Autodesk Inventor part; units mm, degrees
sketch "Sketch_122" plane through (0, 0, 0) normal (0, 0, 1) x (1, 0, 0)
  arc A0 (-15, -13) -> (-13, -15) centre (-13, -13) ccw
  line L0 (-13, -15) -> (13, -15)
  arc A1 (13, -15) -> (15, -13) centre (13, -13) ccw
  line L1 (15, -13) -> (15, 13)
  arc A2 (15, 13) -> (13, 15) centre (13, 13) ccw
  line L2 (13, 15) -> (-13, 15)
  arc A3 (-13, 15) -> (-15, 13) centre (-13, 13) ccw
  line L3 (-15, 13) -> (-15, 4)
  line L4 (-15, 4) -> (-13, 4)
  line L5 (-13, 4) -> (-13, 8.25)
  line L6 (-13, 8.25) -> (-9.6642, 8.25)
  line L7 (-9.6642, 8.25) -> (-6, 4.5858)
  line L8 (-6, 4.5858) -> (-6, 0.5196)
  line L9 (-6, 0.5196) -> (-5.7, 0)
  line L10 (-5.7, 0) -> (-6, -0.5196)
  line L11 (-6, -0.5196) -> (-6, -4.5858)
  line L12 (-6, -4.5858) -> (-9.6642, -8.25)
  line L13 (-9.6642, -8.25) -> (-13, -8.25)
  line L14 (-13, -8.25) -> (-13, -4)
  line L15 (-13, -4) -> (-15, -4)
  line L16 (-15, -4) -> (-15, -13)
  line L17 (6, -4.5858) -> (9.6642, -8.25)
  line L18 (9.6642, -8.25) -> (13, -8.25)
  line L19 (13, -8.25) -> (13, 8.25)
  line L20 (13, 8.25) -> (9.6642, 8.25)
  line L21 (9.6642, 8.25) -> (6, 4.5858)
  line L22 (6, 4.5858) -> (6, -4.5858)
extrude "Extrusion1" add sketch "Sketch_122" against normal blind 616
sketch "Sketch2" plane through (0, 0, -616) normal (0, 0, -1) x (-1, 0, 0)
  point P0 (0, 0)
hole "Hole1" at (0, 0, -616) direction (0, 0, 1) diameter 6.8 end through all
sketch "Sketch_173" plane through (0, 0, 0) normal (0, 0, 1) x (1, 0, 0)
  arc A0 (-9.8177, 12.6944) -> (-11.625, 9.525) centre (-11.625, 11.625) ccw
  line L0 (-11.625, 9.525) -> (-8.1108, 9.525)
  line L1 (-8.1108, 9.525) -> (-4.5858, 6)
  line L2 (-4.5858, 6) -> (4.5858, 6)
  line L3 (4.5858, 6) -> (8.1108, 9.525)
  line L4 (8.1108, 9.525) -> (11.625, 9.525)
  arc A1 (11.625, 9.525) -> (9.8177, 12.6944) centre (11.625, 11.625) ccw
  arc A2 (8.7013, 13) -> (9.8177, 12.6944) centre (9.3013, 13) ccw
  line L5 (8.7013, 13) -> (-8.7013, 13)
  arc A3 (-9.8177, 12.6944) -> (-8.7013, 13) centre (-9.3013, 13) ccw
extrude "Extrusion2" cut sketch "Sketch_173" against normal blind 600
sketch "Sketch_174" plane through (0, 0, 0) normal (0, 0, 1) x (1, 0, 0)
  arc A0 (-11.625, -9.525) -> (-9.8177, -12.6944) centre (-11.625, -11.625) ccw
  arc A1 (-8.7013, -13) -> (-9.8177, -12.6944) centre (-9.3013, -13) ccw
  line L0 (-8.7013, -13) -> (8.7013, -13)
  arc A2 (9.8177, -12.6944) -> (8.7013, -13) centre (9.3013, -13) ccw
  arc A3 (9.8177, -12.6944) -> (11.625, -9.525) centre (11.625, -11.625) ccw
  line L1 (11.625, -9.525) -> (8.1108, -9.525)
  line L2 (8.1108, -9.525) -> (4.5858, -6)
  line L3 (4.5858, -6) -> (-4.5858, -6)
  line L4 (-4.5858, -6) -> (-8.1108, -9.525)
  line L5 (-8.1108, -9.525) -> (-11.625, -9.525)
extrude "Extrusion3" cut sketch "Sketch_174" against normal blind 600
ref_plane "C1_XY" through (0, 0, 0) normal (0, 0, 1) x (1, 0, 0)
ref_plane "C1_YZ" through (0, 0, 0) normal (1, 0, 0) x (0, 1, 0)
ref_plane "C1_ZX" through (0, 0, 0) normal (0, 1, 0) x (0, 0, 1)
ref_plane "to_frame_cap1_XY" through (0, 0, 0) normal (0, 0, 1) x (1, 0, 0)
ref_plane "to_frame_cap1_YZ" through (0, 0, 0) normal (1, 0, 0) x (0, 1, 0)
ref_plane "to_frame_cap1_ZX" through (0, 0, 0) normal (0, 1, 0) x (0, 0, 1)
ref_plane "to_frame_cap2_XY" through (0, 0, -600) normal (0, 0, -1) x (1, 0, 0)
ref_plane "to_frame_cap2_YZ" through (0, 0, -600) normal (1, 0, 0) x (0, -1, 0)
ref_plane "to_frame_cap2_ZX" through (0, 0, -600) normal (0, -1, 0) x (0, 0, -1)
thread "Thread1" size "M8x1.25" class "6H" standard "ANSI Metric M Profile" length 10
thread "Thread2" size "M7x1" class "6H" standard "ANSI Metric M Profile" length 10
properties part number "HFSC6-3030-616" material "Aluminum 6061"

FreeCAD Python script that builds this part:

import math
import FreeCAD as App
import Part
import Sketcher

V = App.Vector
Q = App.Units.Quantity

doc = App.newDocument("Part")
params = doc.addObject("Spreadsheet::Sheet", "Params")
for row, (alias, value) in enumerate([
    ("sketch1_radius", "2 mm"),
    ("sketch1_width", "26 mm"),
    ("sketch1_height", "9 mm"),
    ("sketch1_height2", "16.5 mm"),
    ("sketch1_length", "0.6 mm"),
    ("pad1_length", "616 mm"),
    ("sketch2_diameter", "6.8 mm"),
    ("hole_diameter", "6.8 mm"),
    ("sketch3_radius", "0.6 mm"),
    ("sketch3_radius2", "2.1 mm"),
    ("pocket1_length", "600 mm"),
    ("sketch4_radius", "2.1 mm"),
    ("sketch4_radius2", "0.6 mm"),
    ("pocket2_length", "600 mm"),
], start=1):
    params.set(f"A{row}", alias)
    params.set(f"B{row}", "=" + value)
    params.setAlias(f"B{row}", alias)

body = doc.addObject("PartDesign::Body", "Body")

sketch1 = body.newObject("Sketcher::SketchObject", "Sketch")
sketch1.AttachmentSupport = (doc.getObject("XY_Plane"), [""])
sketch1.MapMode = "FlatFace"
sketch1.addGeometry([
    Part.LineSegment(V(-15, -4, 0), V(-15, -13, 0)),
    Part.ArcOfCircle(Part.Circle(V(-13, -13, 0), V(0, 0, 1), 2), math.radians(180), math.radians(270)),
    Part.LineSegment(V(-13, -15, 0), V(13, -15, 0)),
    Part.ArcOfCircle(Part.Circle(V(13, -13, 0), V(0, 0, 1), 2), math.radians(-90), math.radians(0)),
    Part.LineSegment(V(15, -13, 0), V(15, 13, 0)),
    Part.ArcOfCircle(Part.Circle(V(13, 13, 0), V(0, 0, 1), 2), math.radians(0), math.radians(90)),
    Part.LineSegment(V(13, 15, 0), V(-13, 15, 0)),
    Part.ArcOfCircle(Part.Circle(V(-13, 13, 0), V(0, 0, 1), 2), math.radians(90), math.radians(180)),
    Part.LineSegment(V(-15, 13, 0), V(-15, 4, 0)),
    Part.LineSegment(V(-15, 4, 0), V(-13, 4, 0)),
    Part.LineSegment(V(-13, 4, 0), V(-13, 8.25, 0)),
    Part.LineSegment(V(-13, 8.25, 0), V(-9.6642, 8.25, 0)),
    Part.LineSegment(V(-9.6642, 8.25, 0), V(-6, 4.5858, 0)),
    Part.LineSegment(V(-6, 4.5858, 0), V(-6, 0.5196, 0)),
    Part.LineSegment(V(-6, 0.5196, 0), V(-5.7, 0, 0)),
    Part.LineSegment(V(-5.7, 0, 0), V(-6, -0.5196, 0)),
    Part.LineSegment(V(-6, -0.5196, 0), V(-6, -4.5858, 0)),
    Part.LineSegment(V(-6, -4.5858, 0), V(-9.6642, -8.25, 0)),
    Part.LineSegment(V(-9.6642, -8.25, 0), V(-13, -8.25, 0)),
    Part.LineSegment(V(-13, -8.25, 0), V(-13, -4, 0)),
    Part.LineSegment(V(-13, -4, 0), V(-15, -4, 0)),
    Part.LineSegment(V(9.6642, -8.25, 0), V(6, -4.5858, 0)),
    Part.LineSegment(V(6, -4.5858, 0), V(6, 4.5858, 0)),
    Part.LineSegment(V(6, 4.5858, 0), V(9.6642, 8.25, 0)),
    Part.LineSegment(V(9.6642, 8.25, 0), V(13, 8.25, 0)),
    Part.LineSegment(V(13, 8.25, 0), V(13, -8.25, 0)),
    Part.LineSegment(V(13, -8.25, 0), V(9.6642, -8.25, 0)),
], False)
sketch1.addConstraint([
    Sketcher.Constraint("Tangent", 0, 2, 1, 1),
    Sketcher.Constraint("Tangent", 1, 2, 2, 1),
    Sketcher.Constraint("Tangent", 2, 2, 3, 1),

========

Repeat, character for character, the lines of the material above from the line with "line L3 (4.5858, 6) -> (8.1108, 9.525)" through the line with "line L5 (8.7013, 13) -> (-8.7013, 13)".

  line L3 (4.5858, 6) -> (8.1108, 9.525)
  line L4 (8.1108, 9.525) -> (11.625, 9.525)
  arc A1 (11.625, 9.525) -> (9.8177, 12.6944) centre (11.625, 11.625) ccw
  arc A2 (8.7013, 13) -> (9.8177, 12.6944) centre (9.3013, 13) ccw
  line L5 (8.7013, 13) -> (-8.7013, 13)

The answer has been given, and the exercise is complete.